Pressemitteilung von Nele Hirsch,

Der scheidende Chef des deutschen PISA-Konsortiums, Manfred Prenzel, hat sich gegen die Einführung von "Einheitsgesamtschulen" ausgesprochen. Nele Hirsch, bildungspolitische Sprecherin der Fraktion DIE LINKE, hält seine Argumente für wenig überzeugend:

"Das mehrgliedrige Schulsystem lässt für individuelle Förderung keinen Platz. Lehrerinnen und Lehrer sind stattdessen dazu angehalten, "nicht passende" Kinder und Jugendliche aus ihren Klassen auszusortieren und in andere Schulformen abzuschieben - in den allermeisten Fällen nach unten.

Dieses Prinzip ist nicht vereinbar mit einem pädagogischen Ansatz, der alle mitnimmt und niemanden zurücklässt.
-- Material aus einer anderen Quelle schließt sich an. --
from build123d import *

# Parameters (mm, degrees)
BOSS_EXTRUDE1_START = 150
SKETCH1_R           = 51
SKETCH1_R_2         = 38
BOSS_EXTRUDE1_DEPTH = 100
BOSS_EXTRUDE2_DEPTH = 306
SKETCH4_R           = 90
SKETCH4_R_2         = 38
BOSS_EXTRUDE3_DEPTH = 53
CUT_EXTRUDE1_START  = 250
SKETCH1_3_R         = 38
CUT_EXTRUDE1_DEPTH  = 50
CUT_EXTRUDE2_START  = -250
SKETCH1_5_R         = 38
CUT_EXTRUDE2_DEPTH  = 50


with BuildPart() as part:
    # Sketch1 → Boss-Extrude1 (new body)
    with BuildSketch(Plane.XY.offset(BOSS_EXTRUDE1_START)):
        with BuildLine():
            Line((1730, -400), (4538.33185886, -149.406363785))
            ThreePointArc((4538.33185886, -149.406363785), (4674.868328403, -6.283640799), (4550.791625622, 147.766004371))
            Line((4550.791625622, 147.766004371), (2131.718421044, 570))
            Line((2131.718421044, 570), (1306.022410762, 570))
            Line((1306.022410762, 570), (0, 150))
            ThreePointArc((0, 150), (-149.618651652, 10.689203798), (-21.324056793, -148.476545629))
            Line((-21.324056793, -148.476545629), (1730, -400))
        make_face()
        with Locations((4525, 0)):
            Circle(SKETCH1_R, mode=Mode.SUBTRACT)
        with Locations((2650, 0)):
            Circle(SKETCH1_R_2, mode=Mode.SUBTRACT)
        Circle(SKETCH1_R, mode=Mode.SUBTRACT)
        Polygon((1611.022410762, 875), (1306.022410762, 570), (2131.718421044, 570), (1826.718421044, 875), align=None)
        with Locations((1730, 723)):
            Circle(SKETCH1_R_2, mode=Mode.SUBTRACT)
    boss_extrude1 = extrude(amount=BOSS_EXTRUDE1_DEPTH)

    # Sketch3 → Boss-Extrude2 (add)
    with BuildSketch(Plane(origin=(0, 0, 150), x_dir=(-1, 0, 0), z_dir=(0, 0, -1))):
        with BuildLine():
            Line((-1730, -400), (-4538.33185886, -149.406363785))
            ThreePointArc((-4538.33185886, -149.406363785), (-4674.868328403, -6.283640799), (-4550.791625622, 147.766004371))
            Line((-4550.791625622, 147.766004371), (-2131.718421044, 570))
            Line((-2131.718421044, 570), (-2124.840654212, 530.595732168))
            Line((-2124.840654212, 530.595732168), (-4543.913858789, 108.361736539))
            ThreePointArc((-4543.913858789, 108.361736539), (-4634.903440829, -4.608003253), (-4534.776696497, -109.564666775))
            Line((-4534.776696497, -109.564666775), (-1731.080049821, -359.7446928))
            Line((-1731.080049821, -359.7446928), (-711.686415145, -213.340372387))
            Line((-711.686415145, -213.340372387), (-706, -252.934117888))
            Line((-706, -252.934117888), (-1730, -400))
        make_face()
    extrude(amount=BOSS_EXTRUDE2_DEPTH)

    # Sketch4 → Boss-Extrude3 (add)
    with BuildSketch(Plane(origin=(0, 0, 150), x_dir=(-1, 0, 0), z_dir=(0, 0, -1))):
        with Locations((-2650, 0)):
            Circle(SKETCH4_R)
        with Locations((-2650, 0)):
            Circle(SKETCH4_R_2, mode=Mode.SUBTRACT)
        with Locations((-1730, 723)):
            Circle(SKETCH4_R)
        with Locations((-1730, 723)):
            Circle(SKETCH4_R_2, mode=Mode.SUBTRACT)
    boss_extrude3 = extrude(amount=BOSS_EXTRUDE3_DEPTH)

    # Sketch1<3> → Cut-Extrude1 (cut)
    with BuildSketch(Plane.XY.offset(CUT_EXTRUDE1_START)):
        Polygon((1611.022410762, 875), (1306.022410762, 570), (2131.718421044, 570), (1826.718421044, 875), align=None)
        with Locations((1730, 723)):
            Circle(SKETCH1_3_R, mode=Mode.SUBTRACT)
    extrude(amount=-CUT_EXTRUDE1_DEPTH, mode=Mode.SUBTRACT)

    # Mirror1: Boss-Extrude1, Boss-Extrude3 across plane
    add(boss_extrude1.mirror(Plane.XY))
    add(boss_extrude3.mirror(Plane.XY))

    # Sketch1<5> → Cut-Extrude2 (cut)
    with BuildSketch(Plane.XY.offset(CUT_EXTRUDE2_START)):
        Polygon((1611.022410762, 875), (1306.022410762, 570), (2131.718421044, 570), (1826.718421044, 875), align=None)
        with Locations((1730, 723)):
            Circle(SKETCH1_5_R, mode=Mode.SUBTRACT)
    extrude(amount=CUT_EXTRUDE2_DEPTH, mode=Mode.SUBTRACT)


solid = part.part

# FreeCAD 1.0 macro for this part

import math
import FreeCAD as App
import Part
import Sketcher


def add_polygon(sketch, points):
    """Adds a closed chain of lines whose ends are joined by coincident constraints."""
    first, n = sketch.GeometryCount, len(points)
    for a, b in zip(points, points[1:] + points[:1]):
        sketch.addGeometry(Part.LineSegment(App.Vector(*a, 0), App.Vector(*b, 0)), False)
    for i in range(n):
        sketch.addConstraint(Sketcher.Constraint("Coincident", first + i, 2, first + (i + 1) % n, 1))

doc = App.newDocument("Part")
body = doc.addObject("PartDesign::Body", "Body")

# Sketch on XY plane
sketch1 = body.newObject("Sketcher::SketchObject", "Sketch")
sketch1.AttachmentSupport = (doc.getObject("XY_Plane"), [""])
sketch1.MapMode = "FlatFace"
sketch1.AttachmentOffset = App.Placement(App.Vector(0, 0, 150), App.Rotation())
sketch1.addGeometry([
    Part.LineSegment(App.Vector(1730, -400, 0), App.Vector(4538, -149, 0)),  # 0
    Part.ArcOfCircle(Part.Circle(App.Vector(4525, 0, 0), App.Vector(0, 0, 1), 150), math.radians(-85), math.radians(80)),  # 1
    Part.LineSegment(App.Vector(4551, 148, 0), App.Vector(2132, 570, 0)),  # 2
    Part.LineSegment(App.Vector(2132, 570, 0), App.Vector(1827, 875, 0)),  # 3
    Part.LineSegment(App.Vector(1827, 875, 0), App.Vector(1611, 875, 0)),  # 4
    Part.LineSegment(App.Vector(1611, 875, 0), App.Vector(1306, 570, 0)),  # 5
    Part.LineSegment(App.Vector(1306, 570, 0), App.Vector(0, 150, 0)),  # 6
    Part.ArcOfCircle(Part.Circle(App.Vector(0, 0, 0), App.Vector(0, 0, 1), 150), math.radians(90), math.radians(262)),  # 7
    Part.LineSegment(App.Vector(-21, -148, 0), App.Vector(1730, -400, 0)),  # 8
    Part.Circle(App.Vector(0, 0, 0), App.Vector(0, 0, 1), 51),  # 9
    Part.Circle(App.Vector(2650, 0, 0), App.Vector(0, 0, 1), 38),  # 10
    Part.Circle(App.Vector(4525, 0, 0), App.Vector(0, 0, 1), 51),  # 11
    Part.Circle(App.Vector(1730, 723, 0), App.Vector(0, 0, 1), 38),  # 12
], False)
sketch1.addConstraint([
    Sketcher.Constraint("Tangent", 0, 2, 1, 1),
    Sketcher.Constraint("Tangent", 1, 2, 2, 1),
    Sketcher.Constraint("Coincident", 2, 2, 3, 1),
    Sketcher.Constraint("Coincident", 3, 2, 4, 1),
    Sketcher.Constraint("Coincident", 4, 2, 5, 1),
    Sketcher.Constraint("Coincident", 5, 2, 6, 1),
    Sketcher.Constraint("Coincident", 6, 2, 7, 1),
    Sketcher.Constraint("Tangent", 7, 2, 8, 1),
    Sketcher.Constraint("Coincident", 8, 2, 0, 1),
    Sketcher.Constraint("Horizontal", 4),
    Sketcher.Constraint("Coincident", 7, 3, -1, 1),
    Sketcher.Constraint("Coincident", 9, 3, -1, 1),
    Sketcher.Constraint("Coincident", 11, 3, 1, 3),
    Sketcher.Constraint("Equal", 1, 7),
    Sketcher.Constraint("Equal", 9, 11),
    Sketcher.Constraint("Equal", 10, 12),
    Sketcher.Constraint("PointOnObject", 1, 3, -1),
    Sketcher.Constraint("PointOnObject", 10, 3, -1),
    Sketcher.Constraint("PointOnObject", 6, 2, -2),
    Sketcher.Constraint("Perpendicular", 3, 5),
    Sketcher.Constraint("Horizontal", 2, 2, 5, 2),
    Sketcher.Constraint("Vertical", 12, 3, 8, 2),
    Sketcher.Constraint("Equal", 3, 5),
    Sketcher.Constraint("Diameter", 9, 102.0),
    Sketcher.Constraint("Diameter", 10, 76.0),
    Sketcher.Constraint("Radius", 1, 150.0),
    Sketcher.Constraint("DistanceX", -1, 1, 1, 3, 4525.0),
    Sketcher.Constraint("DistanceX", -1, 1, 10, 3, 2650.0),
    Sketcher.Constraint("DistanceX", -1, 1, 12, 3, 1730.0),
    Sketcher.Constraint("DistanceY", -1, 1, 12, 3, 723.0),
    Sketcher.Constraint("DistanceY", -1, 1, 2, 2, 570.0),
    Sketcher.Constraint("DistanceY", -1, 1, 3, 2, 875.0),
    Sketcher.Constraint("DistanceY", 8, 2, -1, 1, 400.0),
    Sketcher.Constraint("DistanceX", 4, 2, 4, 1, 215.69601),
    Sketcher.Constraint("DistanceX", -1, 1, 2, 2, 2131.718421),
])
pad1 = body.newObject("PartDesign::Pad", "Pad")
pad1.Profile = sketch1
pad1.Length = 100

# Sketch on XY plane
sketch2 = body.newObject("Sketcher::SketchObject", "Sketch001")
sketch2.AttachmentSupport = (doc.getObject("XY_Plane"), [""])
sketch2.MapMode = "FlatFace"
sketch2.AttachmentOffset = App.Placement(App.Vector(0, 0, 150), App.Rotation())
sketch2.addGeometry([
    Part.LineSegment(App.Vector(4538, -149, 0), App.Vector(1730, -400, 0)),  # 0
    Part.LineSegment(App.Vector(1730, -400, 0), App.Vector(706, -253, 0)),  # 1
    Part.LineSegment(App.Vector(706, -253, 0), App.Vector(712, -213, 0)),  # 2
    Part.LineSegment(App.Vector(712, -213, 0), App.Vector(1731, -360, 0)),  # 3
    Part.LineSegment(App.Vector(1731, -360, 0), App.Vector(4535, -110, 0)),  # 4
    Part.ArcOfCircle(Part.Circle(App.Vector(4525, 0, 0), App.Vector(0, 0, 1), 110), math.radians(-85), math.radians(80)),  # 5
    Part.LineSegment(App.Vector(4544, 108, 0), App.Vector(2125, 531, 0)),  # 6
    Part.LineSegment(App.Vector(2125, 531, 0), App.Vector(2132, 570, 0)),  # 7
    Part.LineSegment(App.Vector(2132, 570, 0), App.Vector(4551, 148, 0)),  # 8
    Part.ArcOfCircle(Part.Circle(App.Vector(4525, 0, 0), App.Vector(0, 0, 1), 150), math.radians(-85), math.radians(80)),  # 9
], False)
sketch2.addConstraint([
    Sketcher.Constraint("Coincident", 0, 2, 1, 1),
    Sketcher.Constraint("Coincident", 1, 2, 2, 1),
    Sketcher.Constraint("Coincident", 2, 2, 3, 1),
    Sketcher.Constraint("Coincident", 3, 2, 4, 1),
    Sketcher.Constraint("Tangent", 4, 2, 5, 1),
    Sketcher.Constraint("Tangent", 5, 2, 6, 1),
    Sketcher.Constraint("Coincident", 6, 2, 7, 1),
    Sketcher.Constraint("Coincident", 7, 2, 8, 1),
    Sketcher.Constraint("Tangent", 8, 2, 9, 2),
    Sketcher.Constraint("Tangent", 9, 1, 0, 1),
    Sketcher.Constraint("Coincident", 9, 3, 5, 3),
    Sketcher.Constraint("PointOnObject", 5, 3, -1),
    Sketcher.Constraint("Perpendicular", 1, 2),
    Sketcher.Constraint("Perpendicular", 2, 3),
    Sketcher.Constraint("Parallel", 0, 4),
    Sketcher.Constraint("Perpendicular", 6, 7),
    Sketcher.Constraint("Perpendicular", 7, 8),
    Sketcher.Constraint("Equal", 2, 7),
    Sketcher.Constraint("Radius", 5, 110.0),
    Sketcher.Constraint("Radius", 9, 150.0),
    Sketcher.Constraint("DistanceX", -1, 1, 5, 3, 4525.0),
    Sketcher.Constraint("DistanceX", -1, 1, 0, 2, 1730.0),
    Sketcher.Constraint("DistanceY", 0, 2, -1, 1, 400.0),
    Sketcher.Constraint("DistanceX", -1, 1, 1, 2, 706.0),
    Sketcher.Constraint("DistanceY", -1, 1, 7, 2, 570.0),
    Sketcher.Constraint("DistanceX", -1, 1, 3, 2, 1731.08005),
    Sketcher.Constraint("DistanceX", -1, 1, 7, 2, 2131.718421),
])
pad2 = body.newObject("PartDesign::Pad", "Pad001")
pad2.Profile = sketch2
pad2.Length = 306
pad2.Reversed = True

# Sketch on XY plane
sketch3 = body.newObject("Sketcher::SketchObject", "Sketch002")
sketch3.AttachmentSupport = (doc.getObject("XY_Plane"), [""])
sketch3.MapMode = "FlatFace"
sketch3.AttachmentOffset = App.Placement(App.Vector(0, 0, 150), App.Rotation())
sketch3.addGeometry([
    Part.Circle(App.Vector(2650, 0, 0), App.Vector(0, 0, 1), 90),
    Part.Circle(App.Vector(2650, 0, 0), App.Vector(0, 0, 1), 38),
    Part.Circle(App.Vector(1730, 723, 0), App.Vector(0, 0, 1), 90),
    Part.Circle(App.Vector(1730, 723, 0), App.Vector(0, 0, 1), 38),
], False)
sketch3.addConstraint([
    Sketcher.Constraint("Coincident", 1, 3, 0, 3),
    Sketcher.Constraint("Coincident", 3, 3, 2, 3),
    Sketcher.Constraint("Equal", 0, 2),
    Sketcher.Constraint("Equal", 1, 3),
    Sketcher.Constraint("PointOnObject", 0, 3, -1),
    Sketcher.Constraint("Diameter", 0, 180.0),
    Sketcher.Constraint("Diameter", 1, 76.0),
    Sketcher.Constraint("DistanceX", -1, 1, 0, 3, 2650.0),
    Sketcher.Constraint("DistanceX", -1, 1, 2, 3, 1730.0),
    Sketcher.Constraint("DistanceY", -1, 1, 2, 3, 723.0),
])
pad3 = body.newObject("PartDesign::Pad", "Pad002")
pad3.Profile = sketch3
pad3.Length = 53
pad3.Reversed = True

# Sketch on XY plane
sketch4 = body.newObject("Sketcher::SketchObject", "Sketch003")
sketch4.AttachmentSupport = (doc.getObject("XY_Plane"), [""])
sketch4.MapMode = "FlatFace"
sketch4.AttachmentOffset = App.Placement(App.Vector(0, 0, 250), App.Rotation())
add_polygon(sketch4, [(1611, 875), (1306, 570), (2132, 570), (1827, 875)])  # lines 0-3
sketch4.addGeometry(Part.Circle(App.Vector(1730, 723, 0), App.Vector(0, 0, 1), 38), False)  # 4
sketch4.addConstraint([
    Sketcher.Constraint("Horizontal", 1),
    Sketcher.Constraint("Horizontal", 3),
    Sketcher.Constraint("Perpendicular", 0, 2),
    Sketcher.Constraint("Equal", 0, 2),
    Sketcher.Constraint("Diameter", 4, 76.0),
    Sketcher.Constraint("DistanceX", -1, 1, 4, 3, 1730.0),
    Sketcher.Constraint("DistanceY", -1, 1, 4, 3, 723.0),
    Sketcher.Constraint("DistanceY", -1, 1, 0, 2, 570.0),
    Sketcher.Constraint("DistanceY", -1, 1, 2, 2, 875.0),
    Sketcher.Constraint("DistanceX", 1, 1, 1, 2, 825.69601),
    Sketcher.Constraint("DistanceX", -1, 1, 0, 2, 1306.022411),
])
pocket1 = body.newObject("PartDesign::Pocket", "Pocket")
pocket1.Profile = sketch4
pocket1.Length = 50
doc.recompute()

mirrored = body.newObject("PartDesign::Mirrored", "Mirrored")
mirrored.Originals = [pad1, pad3]
mirrored.MirrorPlane = (doc.getObject("XY_Plane"), [""])
body.Tip = mirrored

# Sketch on XY plane
sketch5 = body.newObject("Sketcher::SketchObject", "Sketch004")
sketch5.AttachmentSupport = (doc.getObject("XY_Plane"), [""])
sketch5.MapMode = "FlatFace"
sketch5.AttachmentOffset = App.Placement(App.Vector(0, 0, -250), App.Rotation())
add_polygon(sketch5, [(1611, 875), (1306, 570), (2132, 570), (1827, 875)])  # lines 0-3
sketch5.addGeometry(Part.Circle(App.Vector(1730, 723, 0), App.Vector(0, 0, 1), 38), False)  # 4
sketch5.addConstraint([
    Sketcher.Constraint("Horizontal", 1),
    Sketcher.Constraint("Horizontal", 3),
    Sketcher.Constraint("Perpendicular", 0, 2),
    Sketcher.Constraint("Equal", 0, 2),
    Sketcher.Constraint("Diameter", 4, 76.0),
    Sketcher.Constraint("DistanceX", -1, 1, 4, 3, 1730.0),
    Sketcher.Constraint("DistanceY", -1, 1, 4, 3, 723.0),
    Sketcher.Constraint("DistanceY", -1, 1, 0, 2, 570.0),
    Sketcher.Constraint("DistanceY", -1, 1, 2, 2, 875.0),
    Sketcher.Constraint("DistanceX", 1, 1, 1, 2, 825.69601),
    Sketcher.Constraint("DistanceX", -1, 1, 0, 2, 1306.022411),
])
pocket2 = body.newObject("PartDesign::Pocket", "Pocket001")
pocket2.Profile = sketch5
pocket2.Length = 50
pocket2.Reversed = True

doc.recompute()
Es bleibt deshalb Prenzels Geheimnis, wie er eine verbesserte individuelle Förderung erreichen will, wenn er zugleich am gegliederten Schulsystem festhält.

Prenzel verwendet in seiner Argumentation den diffamierenden Begriff der Einheitsgesamtschule. Das macht deutlich, dass er die wesentlichen Grundzüge dieses Konzepts nicht verstehen will. Das geforderte längere gemeinsame Lernen soll eben gerade nicht zu Gleichmacherei führen, sondern mehr Vielfalt und mehr individuelle Förderung ermöglichen. Hierfür macht sich DIE LINKE stark.